I think using images for the POTY competition is also justifiable, :) given
the context. But, yes, images need to be considered carefully.
As I recently mentioned on Meta - we could really do with some reasearch
into the effectiveness of different sized images as compared to text for
click through rates. It could well be that an image banner does improve
click through and (in the case of the fund raiser) donations... but I can't
find any actual A/B tests (or any other tests) to see if this is actually
the case or not.
Also; Part of the problem is how it loads (i.e. as pointed out elsewhere the
page can "jump" as the notice suddenly appears). If that could be fixed that
would be one of my main concerns addressed :)
Tom/ErrantX
On 19 May 2011 11:39, Orionist <orion.ist(a)gmail.com> wrote:
I thought these notices *are* displayed for logged-in
users only, if they
aren't, then they should. At least the POTY notice doesn't show up for me
when I'm logged out.
I agree with you in regards to the use of images, and I think it should be
constrained to fundraising banners. "Size and intrusiveness" could
be proportional to the importance of the message, but the "notice" should
be
"noticeable" as many editors just don't see it if it's too plain.
However,
I
think Thomas Morton's suggestion to tie the "hide" option to accounts
instead of cookies would solve that and most of the other concerns, since
the main annoyance seems to be that the banners keep
reappearing despite clicking the [x] over and over again.
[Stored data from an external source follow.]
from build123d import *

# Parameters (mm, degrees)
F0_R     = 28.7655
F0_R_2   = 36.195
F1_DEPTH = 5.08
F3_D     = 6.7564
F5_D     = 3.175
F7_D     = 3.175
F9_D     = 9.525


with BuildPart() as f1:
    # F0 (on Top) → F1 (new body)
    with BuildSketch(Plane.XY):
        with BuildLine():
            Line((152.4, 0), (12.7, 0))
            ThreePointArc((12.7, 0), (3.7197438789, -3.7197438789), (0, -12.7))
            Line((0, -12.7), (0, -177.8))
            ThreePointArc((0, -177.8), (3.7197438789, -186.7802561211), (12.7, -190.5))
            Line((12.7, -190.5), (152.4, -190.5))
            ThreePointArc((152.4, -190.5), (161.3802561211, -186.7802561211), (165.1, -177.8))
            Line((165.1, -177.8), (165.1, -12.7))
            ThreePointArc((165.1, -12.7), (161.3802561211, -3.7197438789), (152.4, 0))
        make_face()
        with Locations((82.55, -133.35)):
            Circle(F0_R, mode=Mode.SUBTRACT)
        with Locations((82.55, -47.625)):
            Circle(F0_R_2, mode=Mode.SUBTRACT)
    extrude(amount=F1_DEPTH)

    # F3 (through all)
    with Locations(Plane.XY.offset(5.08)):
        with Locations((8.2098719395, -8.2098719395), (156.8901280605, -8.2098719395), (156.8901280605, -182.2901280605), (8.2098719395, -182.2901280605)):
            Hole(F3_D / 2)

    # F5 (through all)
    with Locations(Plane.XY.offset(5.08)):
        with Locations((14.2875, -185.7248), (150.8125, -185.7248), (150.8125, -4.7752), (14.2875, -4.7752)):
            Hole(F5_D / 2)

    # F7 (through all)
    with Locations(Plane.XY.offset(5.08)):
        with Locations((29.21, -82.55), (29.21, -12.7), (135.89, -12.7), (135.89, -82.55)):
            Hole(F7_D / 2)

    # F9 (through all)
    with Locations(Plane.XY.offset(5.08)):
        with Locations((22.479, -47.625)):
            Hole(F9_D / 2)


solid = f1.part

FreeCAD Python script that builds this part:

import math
import FreeCAD as App
import Part
import Sketcher
from FreeCAD import Vector
Q = App.Units.Quantity

doc = App.newDocument("Part")
body = doc.addObject("PartDesign::Body", "Body")

# Sketch on XY plane
sketch1 = body.newObject("Sketcher::SketchObject", "Sketch")
sketch1.AttachmentSupport = (doc.getObject("XY_Plane"), [""])
sketch1.MapMode = "FlatFace"
sketch1.addGeometry(Part.LineSegment(Vector(152, 0, 0), Vector(13, 0, 0)), False)
sketch1.addGeometry(Part.ArcOfCircle(Part.Circle(Vector(13, -13, 0), Vector(0, 0, 1), 13), math.radians(90), math.radians(180)), False)
sketch1.addGeometry(Part.LineSegment(Vector(0, -13, 0), Vector(0, -178, 0)), False)
sketch1.addGeometry(Part.ArcOfCircle(Part.Circle(Vector(13, -178, 0), Vector(0, 0, 1), 13), math.radians(180), math.radians(270)), False)
sketch1.addGeometry(Part.LineSegment(Vector(13, -190, 0), Vector(152, -190, 0)), False)
sketch1.addGeometry(Part.ArcOfCircle(Part.Circle(Vector(152, -178, 0), Vector(0, 0, 1), 13), math.radians(-90), math.radians(0)), False)
sketch1.addGeometry(Part.LineSegment(Vector(165, -178, 0), Vector(165, -13, 0)), False)
sketch1.addGeometry(Part.ArcOfCircle(Part.Circle(Vector(152, -13, 0), Vector(0, 0, 1), 13), math.radians(0), math.radians(90)), False)
sketch1.addGeometry(Part.Circle(Vector(83, -133, 0), Vector(0, 0, 1), 29), False)
sketch1.addGeometry(Part.Circle(Vector(83, -48, 0), Vector(0, 0, 1), 36), False)
sketch1.addConstraint(Sketcher.Constraint("Tangent", 0, 2, 1, 1))
sketch1.addConstraint(Sketcher.Constraint("Tangent", 1, 2, 2, 1))
sketch1.addConstraint(Sketcher.Constraint("Tangent", 2, 2, 3, 1))
sketch1.addConstraint(Sketcher.Constraint("Tangent", 3, 2, 4, 1))
sketch1.addConstraint(Sketcher.Constraint("Tangent", 4, 2, 5, 1))
sketch1.addConstraint(Sketcher.Constraint("Tangent", 5, 2, 6, 1))
sketch1.addConstraint(Sketcher.Constraint("Tangent", 6, 2, 7, 1))
sketch1.addConstraint(Sketcher.Constraint("Tangent", 7, 2, 0, 1))
sketch1.addConstraint(Sketcher.Constraint("Horizontal", 0))
sketch1.addConstraint(Sketcher.Constraint("Vertical", 2))
sketch1.addConstraint(Sketcher.Constraint("Horizontal", 4))
sketch1.addConstraint(Sketcher.Constraint("Vertical", 6))
sketch1.addConstraint(Sketcher.Constraint("Equal", 1, 3))
sketch1.addConstraint(Sketcher.Constraint("Equal", 3, 5))
sketch1.addConstraint(Sketcher.Constraint("Equal", 5, 7))
sketch1.addConstraint(Sketcher.Constraint("PointOnObject", 0, 2, -1))
sketch1.addConstraint(Sketcher.Constraint("PointOnObject", 1, 2, -2))
sketch1.addConstraint(Sketcher.Constraint("Vertical", 8, 3, 9, 3))
sketch1.addConstraint(Sketcher.Constraint("Radius", 1, Q("0.5 in")))
sketch1.addConstraint(Sketcher.Constraint("Diameter", 9, Q("2.85 in")))
sketch1.addConstraint(Sketcher.Constraint("Diameter", 8, Q("2.265 in")))
sketch1.addConstraint(Sketcher.Constraint("DistanceX", 0, 2, 0, 1, Q("5.5 in")))
sketch1.addConstraint(Sketcher.Constraint("DistanceY", 2, 2, 2, 1, Q("6.5 in")))
sketch1.addConstraint(Sketcher.Constraint("DistanceX", -1, 1, 8, 3, Q("3.25 in")))
sketch1.addConstraint(Sketcher.Constraint("DistanceY", 8, 3, -1, 1, Q("5.25 in")))
sketch1.addConstraint(Sketcher.Constraint("DistanceY", 9, 3, -1, 1, Q("1.875 in")))
pad1 = body.newObject("PartDesign::Pad", "Pad")
pad1.Profile = sketch1
pad1.Length = Q("0.2 in")

# Sketch on XY plane
sketch2 = body.newObject("Sketcher::SketchObject", "Sketch001")
sketch2.AttachmentSupport = (doc.getObject("XY_Plane"), [""])
sketch2.MapMode = "FlatFace"
sketch2.AttachmentOffset = App.Placement(Vector(0, 0, 0.2 * 25.4), App.Rotation())
sketch2.addGeometry(Part.Circle(Vector(8.2, -8.2, 0), Vector(0, 0, 1), 3.4), False)
sketch2.addGeometry(Part.Circle(Vector(156.9, -8.2, 0), Vector(0, 0, 1), 3.4), False)
sketch2.addGeometry(Part.Circle(Vector(156.9, -182.3, 0), Vector(0, 0, 1), 3.4), False)
sketch2.addGeometry(Part.Circle(Vector(8.2, -182.3, 0), Vector(0, 0, 1), 3.4), False)
sketch2.addConstraint(Sketcher.Constraint("Equal", 0, 1))
sketch2.addConstraint(Sketcher.Constraint("Equal", 1, 2))
sketch2.addConstraint(Sketcher.Constraint("Equal", 2, 3))
sketch2.addConstraint(Sketcher.Constraint("Horizontal", 0, 3, 1, 3))
sketch2.addConstraint(Sketcher.Constraint("Horizontal", 2, 3, 3, 3))
sketch2.addConstraint(Sketcher.Constraint("Vertical", 1, 3, 2, 3))
sketch2.addConstraint(Sketcher.Constraint("Vertical", 0, 3, 3, 3))
sketch2.addConstraint(Sketcher.Constraint("Diameter", 0, Q("0.266 in")))
sketch2.addConstraint(Sketcher.Constraint("DistanceX", -1, 1, 0, 3, Q("8.209872 mm")))
sketch2.addConstraint(Sketcher.Constraint("DistanceY", 0, 3, -1, 1, Q("8.209872 mm")))
sketch2.addConstraint(Sketcher.Constraint("DistanceX", -1, 1, 1, 3, Q("156.890128 mm")))
sketch2.addConstraint(Sketcher.Constraint("DistanceY", 2, 3, -1, 1, Q("182.290128 mm")))
doc.recompute()
hole = body.newObject("PartDesign::Hole", "Hole")
hole.Profile = sketch2
hole.ThreadType = "None"
hole.Diameter = Q("0.266 in")
hole.DepthType = "ThroughAll"

# Sketch on XY plane
sketch3 = body.newObject("Sketcher::SketchObject", "Sketch002")
sketch3.AttachmentSupport = (doc.getObject("XY_Plane"), [""])
sketch3.MapMode = "FlatFace"
sketch3.AttachmentOffset = App.Placement(Vector(0, 0, 0.2 * 25.4), App.Rotation())
sketch3.addGeometry(Part.Circle(Vector(14.3, -185.7, 0), Vector(0, 0, 1), 1.6), False)
sketch3.addGeometry(Part.Circle(Vector(150.8, -185.7, 0), Vector(0, 0, 1), 1.6), False)
sketch3.addGeometry(Part.Circle(Vector(150.8, -4.8, 0), Vector(0, 0, 1), 1.6), False)
sketch3.addGeometry(Part.Circle(Vector(14.3, -4.8, 0), Vector(0, 0, 1), 1.6), False)
sketch3.addConstraint(Sketcher.Constraint("Equal", 0, 1))
sketch3.addConstraint(Sketcher.Constraint("Equal", 1, 2))
sketch3.addConstraint(Sketcher.Constraint("Equal", 2, 3))
sketch3.addConstraint(Sketcher.Constraint("Horizontal", 0, 3, 1, 3))
sketch3.addConstraint(Sketcher.Constraint("Horizontal", 2, 3, 3, 3))
sketch3.addConstraint(Sketcher.Constraint("Vertical", 1, 3, 2, 3))
sketch3.addConstraint(Sketcher.Constraint("Vertical", 0, 3, 3, 3))
sketch3.addConstraint(Sketcher.Constraint("Diameter", 0, Q("0.125 in")))
sketch3.addConstraint(Sketcher.Constraint("DistanceX", -1, 1, 0, 3, Q("0.5625 in")))
sketch3.addConstraint(Sketcher.Constraint("DistanceY", 0, 3, -1, 1, Q("7.312 in")))
sketch3.addConstraint(Sketcher.Constraint("DistanceX", -1, 1, 1, 3, Q("5.9375 in")))
sketch3.addConstraint(Sketcher.Constraint("DistanceY", 2, 3, -1, 1, Q("0.188 in")))
doc.recompute()
hole2 = body.newObject("PartDesign::Hole", "Hole001")
hole2.Profile = sketch3
hole2.ThreadType = "None"
hole2.Diameter = Q("0.125 in")
hole2.DepthType = "ThroughAll"

# Sketch on XY plane
sketch4 = body.newObject("Sketcher::SketchObject", "Sketch003")
sketch4.AttachmentSupport = (doc.getObject("XY_Plane"), [""])
sketch4.MapMode = "FlatFace"
sketch4.AttachmentOffset = App.Placement(Vector(0, 0, 0.2 * 25.4), App.Rotation())
sketch4.addGeometry(Part.Circle(Vector(29.2, -82.5, 0), Vector(0, 0, 1), 1.6), False)
sketch4.addGeometry(Part.Circle(Vector(29.2, -12.7, 0), Vector(0, 0, 1), 1.6), False)
sketch4.addGeometry(Part.Circle(Vector(135.9, -12.7, 0), Vector(0, 0, 1), 1.6), False)
sketch4.addGeometry(Part.Circle(Vector(135.9, -82.5, 0), Vector(0, 0, 1), 1.6), False)
sketch4.addConstraint(Sketcher.Constraint("Equal", 0, 1))
sketch4.addConstraint(Sketcher.Constraint("Equal", 1, 2))
sketch4.addConstraint(Sketcher.Constraint("Equal", 2, 3))
sketch4.addConstraint(Sketcher.Constraint("Horizontal", 1, 3, 2, 3))
sketch4.addConstraint(Sketcher.Constraint("Horizontal", 0, 3, 3, 3))
sketch4.addConstraint(Sketcher.Constraint("Vertical", 0, 3, 1, 3))
sketch4.addConstraint(Sketcher.Constraint("Vertical", 2, 3, 3, 3))
sketch4.addConstraint(Sketcher.Constraint("Diameter", 0, Q("0.125 in")))
sketch4.addConstraint(Sketcher.Constraint("DistanceY", 1, 3, -1, 1, Q("0.5 in")))
sketch4.addConstraint(Sketcher.Constraint("DistanceX", 1, 3, 2, 3, Q("4.2 in")))
sketch4.addConstraint(Sketcher.Constraint("DistanceX", -1, 1, 0, 3, Q("1.15 in")))
sketch4.addConstraint(Sketcher.Constraint("DistanceY", 0, 3, -1, 1, Q("3.25 in")))
doc.recompute()
hole3 = body.newObject("PartDesign::Hole", "Hole002")
hole3.Profile = sketch4
hole3.ThreadType = "None"
hole3.Diameter = Q("0.125 in")
hole3.DepthType = "ThroughAll"

# Sketch on XY plane
sketch5 = body.newObject("Sketcher::SketchObject", "Sketch004")
sketch5.AttachmentSupport = (doc.getObject("XY_Plane"), [""])
sketch5.MapMode = "FlatFace"
sketch5.AttachmentOffset = App.Placement(Vector(0, 0, 0.2 * 25.4), App.Rotation())
sketch5.addGeometry(Part.Circle(Vector(22.5, -47.6, 0), Vector(0, 0, 1), 4.8), False)
sketch5.addConstraint(Sketcher.Constraint("Diameter", 0, Q("0.375 in")))
sketch5.addConstraint(Sketcher.Constraint("DistanceX", -1, 1, 0, 3, Q("0.885 in")))
sketch5.addConstraint(Sketcher.Constraint("DistanceY", 0, 3, -1, 1, Q("1.875 in")))
doc.recompute()
hole4 = body.newObject("PartDesign::Hole", "Hole003")
hole4.Profile = sketch5
hole4.ThreadType = "None"
hole4.Diameter = Q("0.375 in")
hole4.DepthType = "ThroughAll"

doc.recompute()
The importance of such notices is that they give editors the chance to know
what's going on and take part in various community processes, which are
usually very hard to find and figure out, especially for those editors who
are working mainly on content, or haven'ts been around for years. So I
think
there are huge positives there and they shouldn't be impacted if there
becomes a guideline.
Regards,
--
Orionist
On Thu, May 19, 2011 at 12:52 PM, church.of.emacs.ml <church.of.emacs.ml@
googlemail.com> wrote:
Hi all,
Do we have any guidelines limiting the use of CentralNotices? I noticed
there are a lot lately (fundraising, wikimania and most recently board
elections and commons POTY), some of which are not of much interest to
the audience.
Take for example one of the most recent banners about candidate
submissions for Wikimedia's Board Elections[1]. Until most recently, it
has been displayed on every single page view for most of our 400 Million
readers or so, according to the setup for 20 days. >99.9999% of our
readers won't be candidates and for most of them, this is of no interest
at all. Which is sad of course, we'd love to get more qualified and
diverse candidates – that is to say, not only members of Wikimedia's
core community. Nevertheless, the question remains: do the positive
effects (chances on higher diversity) outweigh the negative consequences
(readers/authors are annoyed)?
Take another example: The call for votes on common's anual picture of
the year competition has two very large banners with colorful images on
them [2].
I think, there has to be a serious consideration for each banner,
whether its positive effects outweigh negative consequences. Most
importantly, the fact that banners divert the readers attention and are
therefor in most cases not in his direct interest, has to be considered.
There are several ways of minimizing negative effects:
1. Display it for logged-in users only. This is especially useful for
information concerning active Wikimedians, e.g. Wikimania, POTY, etc.
2. Reduce weight - don't display a banner on every page view, but only
on one in ten. (We have to use blank banners to do that, right?[3])
3. Reduce duration. (e.g. Don't display banners for a month, only a week)
4. Reduce banner size and intrusiveness. Use text banners instead of
colorful images.
What do you think? Do we need to limit the use of CentralNotice through
guidelines or introduce technical measurements (e.g. blank banners[3])
or just appeal to meta admins to consider negative effects or is
everything fine the way it is?
Regards,
Tobias / User:Church of emacs
[1]
http://meta.wikimedia.org/w/index.php?title=Special:NoticeTemplate/view&…
[2]
http://meta.wikimedia.org/w/index.php?title=Special:CentralNotice&metho…
[3] Afaik changing weight alone only changes the
distribution of
banners. We'd have to add a "pseudo banner" which is completely empty
and then give it some weight. Using that, we ensure that there isn't a
banner on *every* page view, only on 1 in 5 or 1 in 10 or so.